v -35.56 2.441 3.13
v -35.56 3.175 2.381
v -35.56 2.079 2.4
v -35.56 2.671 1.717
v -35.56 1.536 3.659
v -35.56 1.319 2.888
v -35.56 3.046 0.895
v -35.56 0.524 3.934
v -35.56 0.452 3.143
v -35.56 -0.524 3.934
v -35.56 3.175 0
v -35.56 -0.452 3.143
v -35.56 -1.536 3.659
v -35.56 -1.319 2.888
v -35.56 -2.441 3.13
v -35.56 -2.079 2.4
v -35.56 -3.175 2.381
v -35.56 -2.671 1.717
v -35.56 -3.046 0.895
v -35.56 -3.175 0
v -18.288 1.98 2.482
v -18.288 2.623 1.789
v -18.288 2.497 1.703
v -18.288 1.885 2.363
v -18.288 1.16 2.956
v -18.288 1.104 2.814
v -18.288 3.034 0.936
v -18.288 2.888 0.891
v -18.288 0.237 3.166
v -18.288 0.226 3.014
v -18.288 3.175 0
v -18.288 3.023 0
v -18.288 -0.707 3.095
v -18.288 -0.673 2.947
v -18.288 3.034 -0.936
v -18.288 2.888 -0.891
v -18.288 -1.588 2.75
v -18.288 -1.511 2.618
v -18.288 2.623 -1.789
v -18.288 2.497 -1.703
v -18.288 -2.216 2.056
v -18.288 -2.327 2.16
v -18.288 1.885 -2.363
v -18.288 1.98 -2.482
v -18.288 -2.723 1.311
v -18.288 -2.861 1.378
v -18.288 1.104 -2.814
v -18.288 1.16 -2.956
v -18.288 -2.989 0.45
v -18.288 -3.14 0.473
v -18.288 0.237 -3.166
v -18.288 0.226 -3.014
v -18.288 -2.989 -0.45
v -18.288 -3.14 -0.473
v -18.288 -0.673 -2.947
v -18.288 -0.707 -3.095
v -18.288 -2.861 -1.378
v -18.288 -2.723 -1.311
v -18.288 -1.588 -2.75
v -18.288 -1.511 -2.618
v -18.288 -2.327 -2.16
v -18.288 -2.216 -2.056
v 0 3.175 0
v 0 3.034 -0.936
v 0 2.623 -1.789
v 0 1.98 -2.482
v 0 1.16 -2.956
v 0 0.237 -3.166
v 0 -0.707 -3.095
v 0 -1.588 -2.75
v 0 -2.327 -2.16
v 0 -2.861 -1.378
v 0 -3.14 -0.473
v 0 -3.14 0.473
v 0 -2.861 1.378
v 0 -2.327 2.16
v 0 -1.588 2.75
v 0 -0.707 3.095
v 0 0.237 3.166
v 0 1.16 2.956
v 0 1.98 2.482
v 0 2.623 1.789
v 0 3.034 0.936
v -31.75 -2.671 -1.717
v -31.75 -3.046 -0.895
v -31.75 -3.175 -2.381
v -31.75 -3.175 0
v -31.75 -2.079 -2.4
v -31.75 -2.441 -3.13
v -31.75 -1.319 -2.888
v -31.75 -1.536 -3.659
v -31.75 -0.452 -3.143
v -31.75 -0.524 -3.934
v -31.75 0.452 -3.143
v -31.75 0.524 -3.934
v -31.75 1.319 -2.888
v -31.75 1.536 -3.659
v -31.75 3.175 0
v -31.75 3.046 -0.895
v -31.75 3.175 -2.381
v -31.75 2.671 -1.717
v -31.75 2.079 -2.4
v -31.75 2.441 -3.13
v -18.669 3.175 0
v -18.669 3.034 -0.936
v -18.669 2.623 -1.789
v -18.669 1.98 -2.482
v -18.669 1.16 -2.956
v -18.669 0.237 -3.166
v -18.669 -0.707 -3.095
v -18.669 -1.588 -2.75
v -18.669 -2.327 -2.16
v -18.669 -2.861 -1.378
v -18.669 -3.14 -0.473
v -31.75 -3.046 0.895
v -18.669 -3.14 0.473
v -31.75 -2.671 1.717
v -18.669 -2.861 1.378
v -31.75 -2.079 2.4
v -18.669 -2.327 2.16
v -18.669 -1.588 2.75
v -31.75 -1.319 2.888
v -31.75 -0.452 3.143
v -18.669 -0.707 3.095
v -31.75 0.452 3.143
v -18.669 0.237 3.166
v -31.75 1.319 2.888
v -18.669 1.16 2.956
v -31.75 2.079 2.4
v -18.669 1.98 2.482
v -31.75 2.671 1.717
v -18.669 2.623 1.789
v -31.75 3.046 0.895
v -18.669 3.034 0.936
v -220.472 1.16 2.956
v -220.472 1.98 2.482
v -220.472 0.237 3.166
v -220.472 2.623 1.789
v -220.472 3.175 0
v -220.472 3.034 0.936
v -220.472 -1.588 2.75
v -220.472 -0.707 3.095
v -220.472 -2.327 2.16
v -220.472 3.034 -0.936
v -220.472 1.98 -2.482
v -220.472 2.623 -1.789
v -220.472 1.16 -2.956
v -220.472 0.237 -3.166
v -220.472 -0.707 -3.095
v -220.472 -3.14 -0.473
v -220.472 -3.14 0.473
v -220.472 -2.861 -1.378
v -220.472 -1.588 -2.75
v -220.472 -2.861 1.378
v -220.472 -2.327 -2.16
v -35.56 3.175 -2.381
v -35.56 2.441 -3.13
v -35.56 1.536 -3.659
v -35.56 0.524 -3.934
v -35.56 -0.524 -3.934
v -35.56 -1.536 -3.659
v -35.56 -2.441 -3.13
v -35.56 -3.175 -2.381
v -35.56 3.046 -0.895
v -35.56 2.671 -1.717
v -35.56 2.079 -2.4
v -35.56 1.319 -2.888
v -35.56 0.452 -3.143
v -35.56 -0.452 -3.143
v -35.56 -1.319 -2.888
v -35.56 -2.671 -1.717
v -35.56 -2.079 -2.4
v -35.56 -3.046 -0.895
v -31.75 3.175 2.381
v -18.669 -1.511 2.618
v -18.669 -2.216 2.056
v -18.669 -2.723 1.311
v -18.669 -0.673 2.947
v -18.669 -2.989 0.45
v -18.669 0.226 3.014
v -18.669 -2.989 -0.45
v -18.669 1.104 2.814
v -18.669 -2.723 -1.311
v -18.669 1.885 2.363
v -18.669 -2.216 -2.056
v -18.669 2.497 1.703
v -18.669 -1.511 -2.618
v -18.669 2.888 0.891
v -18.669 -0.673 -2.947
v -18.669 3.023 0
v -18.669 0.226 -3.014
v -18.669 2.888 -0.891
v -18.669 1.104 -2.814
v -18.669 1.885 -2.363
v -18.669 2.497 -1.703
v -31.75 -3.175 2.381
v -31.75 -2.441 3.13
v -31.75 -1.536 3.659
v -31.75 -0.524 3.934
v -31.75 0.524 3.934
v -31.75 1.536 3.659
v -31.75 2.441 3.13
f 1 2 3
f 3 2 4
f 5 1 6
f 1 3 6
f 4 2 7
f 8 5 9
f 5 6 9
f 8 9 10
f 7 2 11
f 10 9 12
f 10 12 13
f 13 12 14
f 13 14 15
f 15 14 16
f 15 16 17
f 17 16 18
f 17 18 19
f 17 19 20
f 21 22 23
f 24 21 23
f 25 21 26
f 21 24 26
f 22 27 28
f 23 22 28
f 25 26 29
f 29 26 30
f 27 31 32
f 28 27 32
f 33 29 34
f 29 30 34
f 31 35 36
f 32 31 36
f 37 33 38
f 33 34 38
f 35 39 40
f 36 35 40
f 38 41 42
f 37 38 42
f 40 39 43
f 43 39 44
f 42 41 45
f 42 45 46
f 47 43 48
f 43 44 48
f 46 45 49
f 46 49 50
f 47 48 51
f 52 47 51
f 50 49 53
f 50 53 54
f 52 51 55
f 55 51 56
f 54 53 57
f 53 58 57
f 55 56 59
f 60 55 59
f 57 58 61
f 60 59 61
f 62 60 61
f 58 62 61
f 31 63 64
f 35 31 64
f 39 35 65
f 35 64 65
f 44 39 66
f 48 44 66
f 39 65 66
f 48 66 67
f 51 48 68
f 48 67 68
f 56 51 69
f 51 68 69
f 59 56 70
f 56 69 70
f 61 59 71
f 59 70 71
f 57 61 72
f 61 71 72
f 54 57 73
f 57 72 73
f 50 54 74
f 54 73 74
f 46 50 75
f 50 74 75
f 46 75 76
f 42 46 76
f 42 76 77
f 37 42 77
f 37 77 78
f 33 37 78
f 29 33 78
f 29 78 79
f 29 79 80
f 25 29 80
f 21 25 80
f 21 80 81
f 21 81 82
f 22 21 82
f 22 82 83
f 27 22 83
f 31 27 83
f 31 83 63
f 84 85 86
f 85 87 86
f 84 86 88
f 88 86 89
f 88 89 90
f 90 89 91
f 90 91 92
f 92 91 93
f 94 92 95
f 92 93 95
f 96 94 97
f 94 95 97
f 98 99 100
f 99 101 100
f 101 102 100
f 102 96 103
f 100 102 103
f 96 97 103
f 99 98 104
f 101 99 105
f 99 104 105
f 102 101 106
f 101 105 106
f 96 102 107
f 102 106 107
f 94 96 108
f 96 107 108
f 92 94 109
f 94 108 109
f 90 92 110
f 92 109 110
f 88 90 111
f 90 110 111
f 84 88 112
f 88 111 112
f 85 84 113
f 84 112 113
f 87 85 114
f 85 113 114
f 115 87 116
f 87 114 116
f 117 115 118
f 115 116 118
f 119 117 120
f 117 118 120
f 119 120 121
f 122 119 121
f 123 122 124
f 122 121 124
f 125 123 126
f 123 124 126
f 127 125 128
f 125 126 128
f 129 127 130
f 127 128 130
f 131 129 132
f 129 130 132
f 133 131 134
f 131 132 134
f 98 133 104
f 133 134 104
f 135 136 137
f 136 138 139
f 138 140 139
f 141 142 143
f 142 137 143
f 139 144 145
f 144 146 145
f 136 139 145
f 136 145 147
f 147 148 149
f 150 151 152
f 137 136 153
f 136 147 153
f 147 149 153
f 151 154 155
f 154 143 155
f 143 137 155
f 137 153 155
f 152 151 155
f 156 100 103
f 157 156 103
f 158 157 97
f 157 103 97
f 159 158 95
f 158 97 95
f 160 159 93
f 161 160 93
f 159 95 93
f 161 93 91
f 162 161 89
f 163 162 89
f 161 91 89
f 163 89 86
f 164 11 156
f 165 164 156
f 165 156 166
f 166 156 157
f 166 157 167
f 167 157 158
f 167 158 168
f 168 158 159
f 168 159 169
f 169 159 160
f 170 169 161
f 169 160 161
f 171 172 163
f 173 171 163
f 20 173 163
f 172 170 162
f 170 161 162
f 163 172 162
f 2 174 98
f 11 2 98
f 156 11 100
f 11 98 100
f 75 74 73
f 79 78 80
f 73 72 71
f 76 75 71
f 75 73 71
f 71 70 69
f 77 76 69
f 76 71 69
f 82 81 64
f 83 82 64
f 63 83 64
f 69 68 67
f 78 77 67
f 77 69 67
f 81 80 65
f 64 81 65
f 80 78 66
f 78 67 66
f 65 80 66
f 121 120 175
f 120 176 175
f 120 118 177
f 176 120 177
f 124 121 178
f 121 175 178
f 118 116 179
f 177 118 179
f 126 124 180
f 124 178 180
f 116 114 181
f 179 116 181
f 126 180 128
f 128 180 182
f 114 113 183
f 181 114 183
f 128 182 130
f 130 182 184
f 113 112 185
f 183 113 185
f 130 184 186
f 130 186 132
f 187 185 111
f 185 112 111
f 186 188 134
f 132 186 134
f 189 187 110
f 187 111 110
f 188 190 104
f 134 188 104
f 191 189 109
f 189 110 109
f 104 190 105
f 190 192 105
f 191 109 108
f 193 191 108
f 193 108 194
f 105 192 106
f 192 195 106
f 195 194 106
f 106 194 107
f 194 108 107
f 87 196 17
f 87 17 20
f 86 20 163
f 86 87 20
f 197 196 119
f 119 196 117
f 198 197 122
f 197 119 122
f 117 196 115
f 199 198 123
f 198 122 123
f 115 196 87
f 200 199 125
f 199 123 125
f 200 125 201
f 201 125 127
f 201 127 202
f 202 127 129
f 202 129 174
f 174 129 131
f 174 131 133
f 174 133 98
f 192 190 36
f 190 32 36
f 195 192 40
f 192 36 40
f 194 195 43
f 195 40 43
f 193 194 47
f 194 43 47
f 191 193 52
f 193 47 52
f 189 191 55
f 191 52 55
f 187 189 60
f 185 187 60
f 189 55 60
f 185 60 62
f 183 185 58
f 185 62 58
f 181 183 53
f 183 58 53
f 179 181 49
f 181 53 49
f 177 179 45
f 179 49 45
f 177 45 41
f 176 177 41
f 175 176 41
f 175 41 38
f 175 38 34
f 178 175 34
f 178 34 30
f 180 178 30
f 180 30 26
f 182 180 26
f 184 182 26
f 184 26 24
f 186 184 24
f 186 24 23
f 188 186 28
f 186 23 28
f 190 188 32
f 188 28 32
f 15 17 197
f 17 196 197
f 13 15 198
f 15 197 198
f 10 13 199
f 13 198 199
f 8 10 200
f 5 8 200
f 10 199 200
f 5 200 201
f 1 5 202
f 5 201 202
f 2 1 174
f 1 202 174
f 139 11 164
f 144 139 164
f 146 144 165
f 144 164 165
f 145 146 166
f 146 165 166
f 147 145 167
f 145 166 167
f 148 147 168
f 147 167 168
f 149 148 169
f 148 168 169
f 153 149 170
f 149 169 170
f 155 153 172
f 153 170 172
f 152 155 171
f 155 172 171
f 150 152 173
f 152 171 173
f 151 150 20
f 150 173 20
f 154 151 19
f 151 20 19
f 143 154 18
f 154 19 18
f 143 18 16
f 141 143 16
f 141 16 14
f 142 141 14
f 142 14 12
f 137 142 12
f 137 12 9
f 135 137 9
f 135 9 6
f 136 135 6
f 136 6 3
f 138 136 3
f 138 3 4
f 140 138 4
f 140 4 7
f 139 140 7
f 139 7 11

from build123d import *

# Parameters (mm, degrees)
SKETCH2_OUTSIDE_W   = 54.09
SKETCH2_OUTSIDE_H   = 54.09
SKETCH2_OUTSIDE_W_2 = 7.9375
SKETCH2_OUTSIDE_H_2 = 6.35
CUT_EXTRUDE1_DEPTH  = 221.472


with BuildPart() as part:
    # Sketch1 → Revolve1 (revolve)
    with BuildSketch(Plane.XY):
        Polygon((0, 0), (-220.472, 0), (-220.472, 3.175), (-35.56, 3.175), (-35.56, 3.96875), (-31.75, 3.96875), (-31.75, 3.175), (-18.669, 3.175), (-18.669, 3.0226), (-18.288, 3.0226), (-18.288, 3.175), (0, 3.175), align=None)
    revolve(axis=Axis((0, 0, 0), (-1, 0, 0)))

    # Sketch2 outside → Cut-Extrude1 (cut, through all)
    with BuildSketch(Plane(origin=(0, 0, 0), x_dir=(0, 0, -1), z_dir=(1, 0, 0))):
        Rectangle(SKETCH2_OUTSIDE_W, SKETCH2_OUTSIDE_H)
        Rectangle(SKETCH2_OUTSIDE_W_2, SKETCH2_OUTSIDE_H_2, mode=Mode.SUBTRACT)
    extrude(amount=-CUT_EXTRUDE1_DEPTH, mode=Mode.SUBTRACT)


solid = part.part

== == ==

■ TASK ITEM ■
Retype word for word everything in the listing above from the line that holds "v -220.472 1.98 2.482" down to the line that holds "v -220.472 2.623 -1.789". Keep both end lines and leave out the rest.

■ SOLUTION TO THIS TASK ■
v -220.472 1.98 2.482
v -220.472 0.237 3.166
v -220.472 2.623 1.789
v -220.472 3.175 0
v -220.472 3.034 0.936
v -220.472 -1.588 2.75
v -220.472 -0.707 3.095
v -220.472 -2.327 2.16
v -220.472 3.034 -0.936
v -220.472 1.98 -2.482
v -220.472 2.623 -1.789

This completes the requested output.